Robotic front-end web jockeys
We’re starting to see some more experiments in using automation and AI in the web design process. Microsoft have open sourced a system that takes hand drawn sketches and generates working code. This is clearly aimed at demonstrating the Azure platform’s ML and AI capabilities (The Register wrote about it here - note the use of the term front-end web jockeys).
A similar experiment by Airbnb works by translating sketches into components from their already well-defined design system. The approach is very different to Microsoft’s, because of the strong constraints imposed by the design system.
Translating roughly drawn sketches to a limited number of well-defined components with constrained property values will produce far more useful prototypes than training a system to author HTML and CSS from scratch. The authoring language is just far too broad and low-level.
More importantly, Airbnb’s design system embodies and abstracts a huge amount of the hard design decisions, user research, accessibility work and implementation expertise necessary to create a great experience.

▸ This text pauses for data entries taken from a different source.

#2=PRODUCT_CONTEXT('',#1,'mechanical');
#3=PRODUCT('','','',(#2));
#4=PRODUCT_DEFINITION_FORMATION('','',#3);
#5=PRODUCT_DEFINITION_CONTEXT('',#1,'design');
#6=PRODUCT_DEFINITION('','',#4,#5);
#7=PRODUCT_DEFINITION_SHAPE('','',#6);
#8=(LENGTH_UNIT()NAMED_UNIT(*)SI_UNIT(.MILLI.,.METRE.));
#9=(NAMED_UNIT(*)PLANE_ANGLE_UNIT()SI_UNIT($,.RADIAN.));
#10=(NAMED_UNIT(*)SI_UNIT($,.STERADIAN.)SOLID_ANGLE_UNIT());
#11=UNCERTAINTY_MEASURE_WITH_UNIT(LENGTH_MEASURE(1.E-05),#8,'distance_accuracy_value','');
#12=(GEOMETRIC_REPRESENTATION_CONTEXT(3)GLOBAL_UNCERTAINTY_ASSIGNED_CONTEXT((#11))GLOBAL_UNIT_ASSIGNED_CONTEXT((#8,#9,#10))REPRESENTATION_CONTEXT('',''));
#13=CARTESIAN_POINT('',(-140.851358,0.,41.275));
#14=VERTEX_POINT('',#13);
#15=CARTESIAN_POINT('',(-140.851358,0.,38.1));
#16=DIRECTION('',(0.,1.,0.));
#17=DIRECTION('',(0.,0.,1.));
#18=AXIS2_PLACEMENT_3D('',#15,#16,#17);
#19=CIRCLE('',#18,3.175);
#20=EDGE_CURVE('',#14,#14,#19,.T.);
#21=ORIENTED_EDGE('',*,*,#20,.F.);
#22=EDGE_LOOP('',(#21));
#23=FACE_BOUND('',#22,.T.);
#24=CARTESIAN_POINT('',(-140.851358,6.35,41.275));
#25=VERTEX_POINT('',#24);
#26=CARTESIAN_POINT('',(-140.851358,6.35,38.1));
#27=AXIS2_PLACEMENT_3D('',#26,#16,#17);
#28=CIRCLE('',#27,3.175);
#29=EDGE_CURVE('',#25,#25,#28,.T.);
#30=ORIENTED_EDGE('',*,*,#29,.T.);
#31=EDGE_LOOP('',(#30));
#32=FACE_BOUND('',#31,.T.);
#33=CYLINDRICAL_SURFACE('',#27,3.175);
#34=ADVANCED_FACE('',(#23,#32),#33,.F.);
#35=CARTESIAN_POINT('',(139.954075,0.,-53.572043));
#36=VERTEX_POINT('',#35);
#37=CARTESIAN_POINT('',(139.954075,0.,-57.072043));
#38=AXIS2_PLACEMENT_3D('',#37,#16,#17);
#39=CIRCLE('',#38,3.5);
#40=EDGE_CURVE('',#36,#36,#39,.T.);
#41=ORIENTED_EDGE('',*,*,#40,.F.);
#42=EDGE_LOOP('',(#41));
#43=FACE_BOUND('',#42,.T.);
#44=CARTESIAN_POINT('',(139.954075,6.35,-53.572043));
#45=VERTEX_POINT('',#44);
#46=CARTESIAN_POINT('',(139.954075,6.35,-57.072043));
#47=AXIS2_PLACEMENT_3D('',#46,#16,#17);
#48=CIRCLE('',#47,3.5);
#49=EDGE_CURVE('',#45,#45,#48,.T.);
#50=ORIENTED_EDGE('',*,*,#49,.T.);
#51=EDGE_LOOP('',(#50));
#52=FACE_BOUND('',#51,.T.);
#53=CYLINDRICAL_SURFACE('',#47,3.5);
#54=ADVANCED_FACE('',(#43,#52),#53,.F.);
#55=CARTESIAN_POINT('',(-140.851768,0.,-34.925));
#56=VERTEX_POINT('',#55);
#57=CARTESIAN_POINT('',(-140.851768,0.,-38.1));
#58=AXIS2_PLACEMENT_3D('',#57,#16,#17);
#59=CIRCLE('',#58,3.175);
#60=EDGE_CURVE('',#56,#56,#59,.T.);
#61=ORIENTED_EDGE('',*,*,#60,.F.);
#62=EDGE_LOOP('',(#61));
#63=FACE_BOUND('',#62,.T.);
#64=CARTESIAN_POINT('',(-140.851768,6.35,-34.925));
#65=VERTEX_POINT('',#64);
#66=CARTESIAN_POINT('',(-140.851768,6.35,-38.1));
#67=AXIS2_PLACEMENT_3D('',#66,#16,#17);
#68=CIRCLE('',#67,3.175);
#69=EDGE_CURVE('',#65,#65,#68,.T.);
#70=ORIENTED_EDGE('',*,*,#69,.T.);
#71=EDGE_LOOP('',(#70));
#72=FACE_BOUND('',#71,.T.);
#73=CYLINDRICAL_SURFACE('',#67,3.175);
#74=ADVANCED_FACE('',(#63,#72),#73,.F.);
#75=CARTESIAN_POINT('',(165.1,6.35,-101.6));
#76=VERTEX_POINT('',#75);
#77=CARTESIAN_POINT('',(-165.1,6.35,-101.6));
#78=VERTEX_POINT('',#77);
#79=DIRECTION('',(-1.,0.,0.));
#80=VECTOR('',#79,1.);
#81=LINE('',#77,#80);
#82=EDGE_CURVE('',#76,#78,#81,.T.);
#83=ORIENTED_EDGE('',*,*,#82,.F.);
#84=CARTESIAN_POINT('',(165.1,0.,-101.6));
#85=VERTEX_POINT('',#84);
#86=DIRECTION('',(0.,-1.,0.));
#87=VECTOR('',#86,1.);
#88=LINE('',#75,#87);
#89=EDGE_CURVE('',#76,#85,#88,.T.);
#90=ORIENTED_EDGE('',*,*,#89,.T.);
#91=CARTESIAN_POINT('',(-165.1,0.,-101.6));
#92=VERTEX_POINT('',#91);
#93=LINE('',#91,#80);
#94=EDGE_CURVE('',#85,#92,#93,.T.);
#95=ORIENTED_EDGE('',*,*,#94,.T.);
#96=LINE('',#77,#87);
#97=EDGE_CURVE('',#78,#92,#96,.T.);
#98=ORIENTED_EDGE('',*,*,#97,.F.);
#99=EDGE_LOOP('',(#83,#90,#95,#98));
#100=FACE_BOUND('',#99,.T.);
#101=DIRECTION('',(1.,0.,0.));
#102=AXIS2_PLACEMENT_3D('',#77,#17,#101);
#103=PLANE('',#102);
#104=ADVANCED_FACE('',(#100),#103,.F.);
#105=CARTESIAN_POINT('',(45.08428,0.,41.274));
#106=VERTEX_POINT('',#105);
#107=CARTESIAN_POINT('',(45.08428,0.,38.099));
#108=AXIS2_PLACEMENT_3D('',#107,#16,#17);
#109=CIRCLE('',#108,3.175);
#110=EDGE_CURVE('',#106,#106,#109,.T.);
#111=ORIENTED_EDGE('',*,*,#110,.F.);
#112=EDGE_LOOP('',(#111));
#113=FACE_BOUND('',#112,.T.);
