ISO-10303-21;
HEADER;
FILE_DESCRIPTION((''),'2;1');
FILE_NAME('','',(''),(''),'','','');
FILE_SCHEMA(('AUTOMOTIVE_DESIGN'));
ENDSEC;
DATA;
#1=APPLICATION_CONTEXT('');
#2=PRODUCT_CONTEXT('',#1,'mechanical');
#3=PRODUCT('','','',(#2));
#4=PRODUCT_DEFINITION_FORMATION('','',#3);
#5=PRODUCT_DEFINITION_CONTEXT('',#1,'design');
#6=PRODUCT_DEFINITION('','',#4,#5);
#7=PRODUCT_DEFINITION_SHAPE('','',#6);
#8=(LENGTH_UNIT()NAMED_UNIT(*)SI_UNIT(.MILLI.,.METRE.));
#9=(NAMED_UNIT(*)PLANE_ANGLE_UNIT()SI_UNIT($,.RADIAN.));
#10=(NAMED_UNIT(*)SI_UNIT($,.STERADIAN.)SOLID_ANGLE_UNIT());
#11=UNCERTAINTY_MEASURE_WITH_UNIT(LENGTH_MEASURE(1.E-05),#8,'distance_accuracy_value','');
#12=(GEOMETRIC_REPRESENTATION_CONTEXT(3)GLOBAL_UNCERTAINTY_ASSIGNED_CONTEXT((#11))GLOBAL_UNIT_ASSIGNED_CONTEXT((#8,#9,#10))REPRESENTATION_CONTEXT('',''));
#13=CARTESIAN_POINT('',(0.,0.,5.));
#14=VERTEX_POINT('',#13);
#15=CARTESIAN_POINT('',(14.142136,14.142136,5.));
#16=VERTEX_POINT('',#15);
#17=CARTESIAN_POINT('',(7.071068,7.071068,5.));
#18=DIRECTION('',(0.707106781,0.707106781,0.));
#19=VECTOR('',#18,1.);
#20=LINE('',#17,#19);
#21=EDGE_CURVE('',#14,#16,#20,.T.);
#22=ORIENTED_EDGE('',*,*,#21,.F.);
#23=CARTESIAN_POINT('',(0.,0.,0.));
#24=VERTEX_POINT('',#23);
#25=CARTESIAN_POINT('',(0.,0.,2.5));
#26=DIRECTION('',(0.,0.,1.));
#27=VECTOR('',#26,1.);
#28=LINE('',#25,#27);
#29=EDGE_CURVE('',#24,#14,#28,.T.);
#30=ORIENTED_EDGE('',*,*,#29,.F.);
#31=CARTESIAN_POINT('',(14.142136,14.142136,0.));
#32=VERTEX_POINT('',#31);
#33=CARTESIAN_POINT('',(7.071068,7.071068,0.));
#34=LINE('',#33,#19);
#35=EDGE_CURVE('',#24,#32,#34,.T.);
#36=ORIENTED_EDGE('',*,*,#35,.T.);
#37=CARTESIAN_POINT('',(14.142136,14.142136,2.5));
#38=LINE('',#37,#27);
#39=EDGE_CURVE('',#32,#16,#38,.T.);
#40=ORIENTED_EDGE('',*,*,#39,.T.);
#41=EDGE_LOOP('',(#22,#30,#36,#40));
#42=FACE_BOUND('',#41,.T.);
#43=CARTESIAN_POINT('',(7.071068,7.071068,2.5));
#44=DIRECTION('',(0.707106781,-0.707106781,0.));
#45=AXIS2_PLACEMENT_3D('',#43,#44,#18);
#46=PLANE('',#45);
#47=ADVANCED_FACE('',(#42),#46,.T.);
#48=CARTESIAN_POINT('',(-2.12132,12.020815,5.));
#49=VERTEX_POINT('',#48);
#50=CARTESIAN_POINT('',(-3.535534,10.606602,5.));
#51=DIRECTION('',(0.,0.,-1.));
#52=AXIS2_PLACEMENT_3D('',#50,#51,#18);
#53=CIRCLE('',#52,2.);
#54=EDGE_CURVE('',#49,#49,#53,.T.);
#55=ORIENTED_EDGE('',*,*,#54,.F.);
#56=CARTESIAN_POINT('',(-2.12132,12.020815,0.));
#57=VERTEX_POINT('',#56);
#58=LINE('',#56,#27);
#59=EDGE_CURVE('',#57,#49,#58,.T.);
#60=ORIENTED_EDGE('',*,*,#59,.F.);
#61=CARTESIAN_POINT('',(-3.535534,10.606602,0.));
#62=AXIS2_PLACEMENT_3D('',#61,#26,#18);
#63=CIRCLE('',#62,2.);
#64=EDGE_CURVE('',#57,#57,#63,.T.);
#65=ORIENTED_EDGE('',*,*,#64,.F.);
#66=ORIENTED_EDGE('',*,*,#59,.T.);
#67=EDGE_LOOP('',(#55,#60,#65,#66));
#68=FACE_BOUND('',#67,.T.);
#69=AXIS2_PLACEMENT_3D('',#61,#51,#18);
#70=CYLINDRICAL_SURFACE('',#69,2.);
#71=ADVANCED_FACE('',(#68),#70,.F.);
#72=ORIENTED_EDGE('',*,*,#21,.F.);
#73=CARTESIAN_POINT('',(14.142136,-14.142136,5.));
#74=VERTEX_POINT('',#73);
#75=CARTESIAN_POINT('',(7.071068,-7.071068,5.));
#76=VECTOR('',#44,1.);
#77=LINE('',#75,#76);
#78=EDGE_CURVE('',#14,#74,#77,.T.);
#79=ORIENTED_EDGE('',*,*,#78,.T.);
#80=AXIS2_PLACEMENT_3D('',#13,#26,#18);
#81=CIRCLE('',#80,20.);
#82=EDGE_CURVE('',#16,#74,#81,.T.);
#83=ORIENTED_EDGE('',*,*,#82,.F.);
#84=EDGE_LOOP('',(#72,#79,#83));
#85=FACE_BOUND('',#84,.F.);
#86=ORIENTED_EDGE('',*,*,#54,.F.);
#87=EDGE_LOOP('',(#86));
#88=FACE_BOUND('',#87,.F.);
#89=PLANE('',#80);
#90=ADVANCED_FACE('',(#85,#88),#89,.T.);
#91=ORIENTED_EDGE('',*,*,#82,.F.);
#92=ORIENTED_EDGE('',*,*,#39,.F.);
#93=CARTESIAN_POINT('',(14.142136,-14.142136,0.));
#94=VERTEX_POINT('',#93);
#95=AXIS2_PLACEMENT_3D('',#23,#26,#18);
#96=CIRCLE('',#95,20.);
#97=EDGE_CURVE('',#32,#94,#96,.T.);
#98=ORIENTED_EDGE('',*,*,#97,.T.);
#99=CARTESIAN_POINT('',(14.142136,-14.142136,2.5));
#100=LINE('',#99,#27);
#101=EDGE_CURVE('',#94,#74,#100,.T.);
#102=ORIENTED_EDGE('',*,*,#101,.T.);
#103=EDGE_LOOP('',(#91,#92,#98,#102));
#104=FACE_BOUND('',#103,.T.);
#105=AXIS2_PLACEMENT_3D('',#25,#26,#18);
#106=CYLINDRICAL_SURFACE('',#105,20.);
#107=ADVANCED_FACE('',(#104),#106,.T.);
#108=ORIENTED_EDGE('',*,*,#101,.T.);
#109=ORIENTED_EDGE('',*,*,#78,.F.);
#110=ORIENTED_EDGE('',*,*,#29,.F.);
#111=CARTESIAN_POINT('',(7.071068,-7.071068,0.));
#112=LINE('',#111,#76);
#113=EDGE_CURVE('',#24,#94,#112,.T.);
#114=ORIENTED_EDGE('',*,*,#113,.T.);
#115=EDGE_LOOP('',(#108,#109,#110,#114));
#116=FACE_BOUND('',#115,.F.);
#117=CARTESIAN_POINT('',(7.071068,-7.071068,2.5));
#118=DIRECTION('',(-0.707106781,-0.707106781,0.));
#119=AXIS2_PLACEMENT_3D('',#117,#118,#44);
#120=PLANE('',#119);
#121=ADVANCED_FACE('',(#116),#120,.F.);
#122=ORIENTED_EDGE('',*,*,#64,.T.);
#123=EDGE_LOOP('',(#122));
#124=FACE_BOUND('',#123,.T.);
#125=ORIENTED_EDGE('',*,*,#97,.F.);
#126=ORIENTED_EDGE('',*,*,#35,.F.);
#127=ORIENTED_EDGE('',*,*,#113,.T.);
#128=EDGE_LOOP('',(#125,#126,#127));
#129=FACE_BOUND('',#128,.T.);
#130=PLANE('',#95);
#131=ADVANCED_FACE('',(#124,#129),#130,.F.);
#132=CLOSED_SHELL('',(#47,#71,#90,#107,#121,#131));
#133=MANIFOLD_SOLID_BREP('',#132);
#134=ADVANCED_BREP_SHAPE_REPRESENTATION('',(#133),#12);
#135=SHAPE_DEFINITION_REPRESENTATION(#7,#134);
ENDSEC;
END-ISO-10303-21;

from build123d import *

# Parameters (mm, degrees)
CYLINDER001_R       = 2
CYLINDER001_DEPTH   = 10
CYLINDER_W          = 20
CYLINDER_H          = 5
CYLINDER_ANGLE      = 270
CUT_PLACEMENT_ANGLE = 45


with BuildPart() as cilindro001:
    # Cylinder001 → Cylinder001 (new body)
    with BuildSketch(Plane(origin=(5, 10, 0), x_dir=(1, 0, 0), z_dir=(0, 0, 1))):
        Circle(CYLINDER001_R)
    extrude(amount=CYLINDER001_DEPTH)


with BuildPart() as cut:
    # Cylinder → Cylinder (revolve)
    with BuildSketch(Plane.XZ):
        with Locations((10, 2.5)):
            Rectangle(CYLINDER_W, CYLINDER_H)
    revolve(axis=Axis((0, 0, 0), (0, 0, 1)), revolution_arc=CYLINDER_ANGLE)

    # Cut: cut Cilindro001
    add(cilindro001.part, mode=Mode.SUBTRACT)


with BuildPart() as cut_1:
    # Cut placement: moved
    add(cut.part.rotate(Axis((0, 0, 0), (0, 0, 1)), CUT_PLACEMENT_ANGLE))


solid = cut_1.part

Without this, early design automation and AI tools are likely to be more like the worst imaginable PSD2HTML service. Humans are also pretty bad at producing good work if we’re only given a sketch hurriedly drawn with a black Sharpie. We need to do more work to interpret the sketch: conversations, collaboration, research, formal design constraints, component libraries, platform expertise and the application of hard-won experience.
There’s no need to be worried that your job is under threat just yet. But it is worthwhile examining the parts of our work that are good early targets for automation, to see where the industry may be heading, and to understand where the real value is in the work we do.
What part of your job are you most worried that the robots will steal?